+++ EXTRACTED DATA +++
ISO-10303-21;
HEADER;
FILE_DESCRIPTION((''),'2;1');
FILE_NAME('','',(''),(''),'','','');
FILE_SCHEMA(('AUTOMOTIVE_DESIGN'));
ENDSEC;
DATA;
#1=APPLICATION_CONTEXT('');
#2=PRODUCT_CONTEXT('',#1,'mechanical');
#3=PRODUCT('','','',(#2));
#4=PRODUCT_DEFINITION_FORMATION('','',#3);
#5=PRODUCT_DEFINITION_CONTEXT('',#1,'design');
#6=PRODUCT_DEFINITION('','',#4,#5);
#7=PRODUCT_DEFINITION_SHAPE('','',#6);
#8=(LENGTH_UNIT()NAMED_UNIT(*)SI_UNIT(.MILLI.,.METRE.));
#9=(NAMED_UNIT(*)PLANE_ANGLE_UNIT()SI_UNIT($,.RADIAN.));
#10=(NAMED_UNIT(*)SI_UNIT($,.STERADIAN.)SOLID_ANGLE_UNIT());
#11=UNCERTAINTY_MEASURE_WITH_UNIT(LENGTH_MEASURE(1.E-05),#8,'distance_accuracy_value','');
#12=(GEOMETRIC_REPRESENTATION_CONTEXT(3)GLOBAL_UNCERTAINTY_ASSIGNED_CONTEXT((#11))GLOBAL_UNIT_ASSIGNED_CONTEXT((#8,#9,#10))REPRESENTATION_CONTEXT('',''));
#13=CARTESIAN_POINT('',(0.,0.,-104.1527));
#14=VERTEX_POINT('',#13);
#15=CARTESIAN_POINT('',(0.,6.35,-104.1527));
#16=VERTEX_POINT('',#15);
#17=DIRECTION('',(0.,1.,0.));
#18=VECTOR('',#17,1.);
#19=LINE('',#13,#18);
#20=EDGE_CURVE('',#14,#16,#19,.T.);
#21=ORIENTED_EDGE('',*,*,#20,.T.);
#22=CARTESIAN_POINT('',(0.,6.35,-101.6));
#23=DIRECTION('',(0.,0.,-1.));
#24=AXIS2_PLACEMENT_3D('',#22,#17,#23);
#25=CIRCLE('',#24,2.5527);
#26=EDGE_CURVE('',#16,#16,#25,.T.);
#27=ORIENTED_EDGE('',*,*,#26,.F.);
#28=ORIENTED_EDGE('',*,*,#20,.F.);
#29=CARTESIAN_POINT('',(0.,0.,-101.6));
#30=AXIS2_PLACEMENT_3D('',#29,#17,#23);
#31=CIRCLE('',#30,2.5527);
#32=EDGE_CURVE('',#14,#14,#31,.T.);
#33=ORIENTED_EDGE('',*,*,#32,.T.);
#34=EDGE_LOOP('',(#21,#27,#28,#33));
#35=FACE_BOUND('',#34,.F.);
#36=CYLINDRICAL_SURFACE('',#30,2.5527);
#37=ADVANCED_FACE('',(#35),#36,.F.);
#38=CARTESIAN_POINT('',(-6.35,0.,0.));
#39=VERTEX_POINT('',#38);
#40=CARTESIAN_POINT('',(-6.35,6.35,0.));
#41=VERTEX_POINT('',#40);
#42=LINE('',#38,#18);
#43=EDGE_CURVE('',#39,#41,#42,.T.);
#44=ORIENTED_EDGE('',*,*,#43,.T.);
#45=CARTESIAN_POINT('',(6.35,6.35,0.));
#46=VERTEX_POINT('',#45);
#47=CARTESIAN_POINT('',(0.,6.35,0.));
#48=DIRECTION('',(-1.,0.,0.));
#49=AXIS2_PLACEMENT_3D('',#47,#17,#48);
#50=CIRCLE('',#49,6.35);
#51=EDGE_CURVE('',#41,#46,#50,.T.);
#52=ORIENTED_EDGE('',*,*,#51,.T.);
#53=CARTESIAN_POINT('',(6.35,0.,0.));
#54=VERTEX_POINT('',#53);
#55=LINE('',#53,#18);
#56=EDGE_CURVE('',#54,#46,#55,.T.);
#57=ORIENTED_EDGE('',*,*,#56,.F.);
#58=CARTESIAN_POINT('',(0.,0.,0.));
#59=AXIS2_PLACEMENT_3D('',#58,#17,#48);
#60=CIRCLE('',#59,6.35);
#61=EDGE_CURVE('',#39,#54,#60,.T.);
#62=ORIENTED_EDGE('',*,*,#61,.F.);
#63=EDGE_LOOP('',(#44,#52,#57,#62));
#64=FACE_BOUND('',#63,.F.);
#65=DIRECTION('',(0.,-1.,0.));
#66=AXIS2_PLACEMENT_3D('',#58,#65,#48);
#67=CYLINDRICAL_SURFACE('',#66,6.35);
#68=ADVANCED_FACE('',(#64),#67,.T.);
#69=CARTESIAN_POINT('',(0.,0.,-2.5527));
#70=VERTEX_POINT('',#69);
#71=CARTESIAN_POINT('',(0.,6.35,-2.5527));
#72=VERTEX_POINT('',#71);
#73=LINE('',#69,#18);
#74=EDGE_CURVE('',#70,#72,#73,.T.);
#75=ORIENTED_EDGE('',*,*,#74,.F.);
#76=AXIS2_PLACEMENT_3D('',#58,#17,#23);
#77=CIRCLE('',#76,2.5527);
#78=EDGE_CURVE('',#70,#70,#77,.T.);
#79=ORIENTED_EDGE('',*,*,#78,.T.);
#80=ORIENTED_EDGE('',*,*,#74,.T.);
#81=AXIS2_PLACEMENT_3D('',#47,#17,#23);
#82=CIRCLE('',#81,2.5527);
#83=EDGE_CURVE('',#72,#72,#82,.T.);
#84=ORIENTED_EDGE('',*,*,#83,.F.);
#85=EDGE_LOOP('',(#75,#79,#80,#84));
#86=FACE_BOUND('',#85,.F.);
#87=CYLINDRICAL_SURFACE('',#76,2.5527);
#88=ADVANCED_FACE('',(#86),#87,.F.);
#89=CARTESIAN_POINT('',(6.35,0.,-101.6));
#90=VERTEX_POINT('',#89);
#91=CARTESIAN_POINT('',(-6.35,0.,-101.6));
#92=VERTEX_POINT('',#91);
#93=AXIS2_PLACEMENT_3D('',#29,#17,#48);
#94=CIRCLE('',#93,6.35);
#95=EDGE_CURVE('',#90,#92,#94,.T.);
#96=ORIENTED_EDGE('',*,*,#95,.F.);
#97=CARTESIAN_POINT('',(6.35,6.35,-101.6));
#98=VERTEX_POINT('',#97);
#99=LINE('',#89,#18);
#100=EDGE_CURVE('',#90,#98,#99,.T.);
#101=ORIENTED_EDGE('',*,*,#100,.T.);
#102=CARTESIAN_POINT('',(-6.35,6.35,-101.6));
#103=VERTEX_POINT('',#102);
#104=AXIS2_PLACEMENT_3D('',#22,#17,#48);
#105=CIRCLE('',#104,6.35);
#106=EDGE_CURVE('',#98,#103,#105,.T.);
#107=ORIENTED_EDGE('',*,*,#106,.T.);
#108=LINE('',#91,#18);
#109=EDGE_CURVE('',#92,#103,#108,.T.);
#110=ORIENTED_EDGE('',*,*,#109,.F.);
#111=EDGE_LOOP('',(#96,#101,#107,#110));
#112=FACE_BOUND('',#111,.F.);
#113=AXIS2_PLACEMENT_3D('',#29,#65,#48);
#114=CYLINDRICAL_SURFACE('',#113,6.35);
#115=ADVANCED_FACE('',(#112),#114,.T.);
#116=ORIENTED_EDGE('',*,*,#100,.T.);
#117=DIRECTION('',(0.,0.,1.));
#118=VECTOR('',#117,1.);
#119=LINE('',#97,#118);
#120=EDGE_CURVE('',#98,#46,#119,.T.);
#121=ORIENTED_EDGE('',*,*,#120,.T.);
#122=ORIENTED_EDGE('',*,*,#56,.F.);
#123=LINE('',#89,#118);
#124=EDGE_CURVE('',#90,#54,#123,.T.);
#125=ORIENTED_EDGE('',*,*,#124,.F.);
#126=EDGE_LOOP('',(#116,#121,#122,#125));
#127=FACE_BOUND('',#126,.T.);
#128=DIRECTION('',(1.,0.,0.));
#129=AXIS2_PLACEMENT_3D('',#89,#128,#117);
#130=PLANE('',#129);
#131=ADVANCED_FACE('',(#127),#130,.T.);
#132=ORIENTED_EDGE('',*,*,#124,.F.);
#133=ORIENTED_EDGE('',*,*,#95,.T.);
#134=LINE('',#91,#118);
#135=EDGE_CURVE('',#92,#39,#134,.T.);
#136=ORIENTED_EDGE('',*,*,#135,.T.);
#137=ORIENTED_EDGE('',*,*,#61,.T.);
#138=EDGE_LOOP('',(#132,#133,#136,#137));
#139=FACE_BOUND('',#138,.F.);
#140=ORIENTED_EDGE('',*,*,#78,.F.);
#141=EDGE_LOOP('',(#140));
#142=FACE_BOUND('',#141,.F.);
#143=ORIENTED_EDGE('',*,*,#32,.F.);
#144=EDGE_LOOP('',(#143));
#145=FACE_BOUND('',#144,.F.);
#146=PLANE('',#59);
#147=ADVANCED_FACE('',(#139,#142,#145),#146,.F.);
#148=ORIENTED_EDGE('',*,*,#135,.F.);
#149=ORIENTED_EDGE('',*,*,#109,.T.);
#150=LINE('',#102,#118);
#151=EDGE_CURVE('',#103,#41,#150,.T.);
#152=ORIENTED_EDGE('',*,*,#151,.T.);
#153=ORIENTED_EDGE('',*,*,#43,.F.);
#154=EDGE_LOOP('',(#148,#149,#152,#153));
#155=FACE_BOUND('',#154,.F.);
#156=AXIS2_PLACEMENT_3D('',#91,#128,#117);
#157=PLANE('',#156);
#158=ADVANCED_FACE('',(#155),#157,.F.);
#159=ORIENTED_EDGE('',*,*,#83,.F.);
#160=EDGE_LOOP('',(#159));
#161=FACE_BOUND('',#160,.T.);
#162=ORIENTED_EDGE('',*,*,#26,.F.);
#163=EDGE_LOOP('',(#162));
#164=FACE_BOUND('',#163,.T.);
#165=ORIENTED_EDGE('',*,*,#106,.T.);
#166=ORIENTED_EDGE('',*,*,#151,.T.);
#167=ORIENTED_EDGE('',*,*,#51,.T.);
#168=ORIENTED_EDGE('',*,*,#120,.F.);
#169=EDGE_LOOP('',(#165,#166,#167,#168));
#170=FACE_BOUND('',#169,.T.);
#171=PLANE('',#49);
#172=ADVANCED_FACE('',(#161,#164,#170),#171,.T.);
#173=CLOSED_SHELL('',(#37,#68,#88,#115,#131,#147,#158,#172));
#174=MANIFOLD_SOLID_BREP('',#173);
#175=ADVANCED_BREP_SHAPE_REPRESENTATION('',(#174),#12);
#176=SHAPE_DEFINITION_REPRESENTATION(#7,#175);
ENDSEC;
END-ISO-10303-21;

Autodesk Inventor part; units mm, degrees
ref_plane "YZ Plane" through (0, 0, 0) normal (1, 0, 0) x (0, 1, 0)
ref_plane "XZ Plane" through (0, 0, 0) normal (0, 1, 0) x (-1, 0, 0)
ref_plane "XY Plane" through (0, 0, 0) normal (0, 0, 1) x (1, 0, 0)
sketch "Sketch1" plane through (0, 0, 0) normal (0, 1, 0) x (-1, 0, 0)
  circle A0 centre (0, 0) radius 6.35
  circle A1 centre (0, -101.6) radius 6.35
  line L0 (0, 0) -> (0, -109.4726) construction
  line L1 (6.35, -101.6) -> (6.35, 0)
  line L2 (-6.35, -101.6) -> (-6.35, 0)
  dimension "d0" = 101.6
  dimension "d1" = 12.7
  dimension "d2" = 12.7
extrude "Extrusion1" add sketch "Sketch1" along normal blind 6.35
hole "Hole1" at (0, 0, 0) at (0, 0, -101.6) direction (0, 1, 0) diameter 5.1054 depth 13.6144 clearance for "Flat Head Machine Screw (82)" size "#10" standard "Ansi Unified Screw Threads"
chamfer "Chamfer1" [suppressed]
properties part number "Main Linkage"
+++
Look above and return each line of the records exactly, from the very first through the line with "#4=PRODUCT_DEFINITION_FORMATION('','',#3);", both included.

ISO-10303-21;
HEADER;
FILE_DESCRIPTION((''),'2;1');
FILE_NAME('','',(''),(''),'','','');
FILE_SCHEMA(('AUTOMOTIVE_DESIGN'));
ENDSEC;
DATA;
#1=APPLICATION_CONTEXT('');
#2=PRODUCT_CONTEXT('',#1,'mechanical');
#3=PRODUCT('','','',(#2));
#4=PRODUCT_DEFINITION_FORMATION('','',#3);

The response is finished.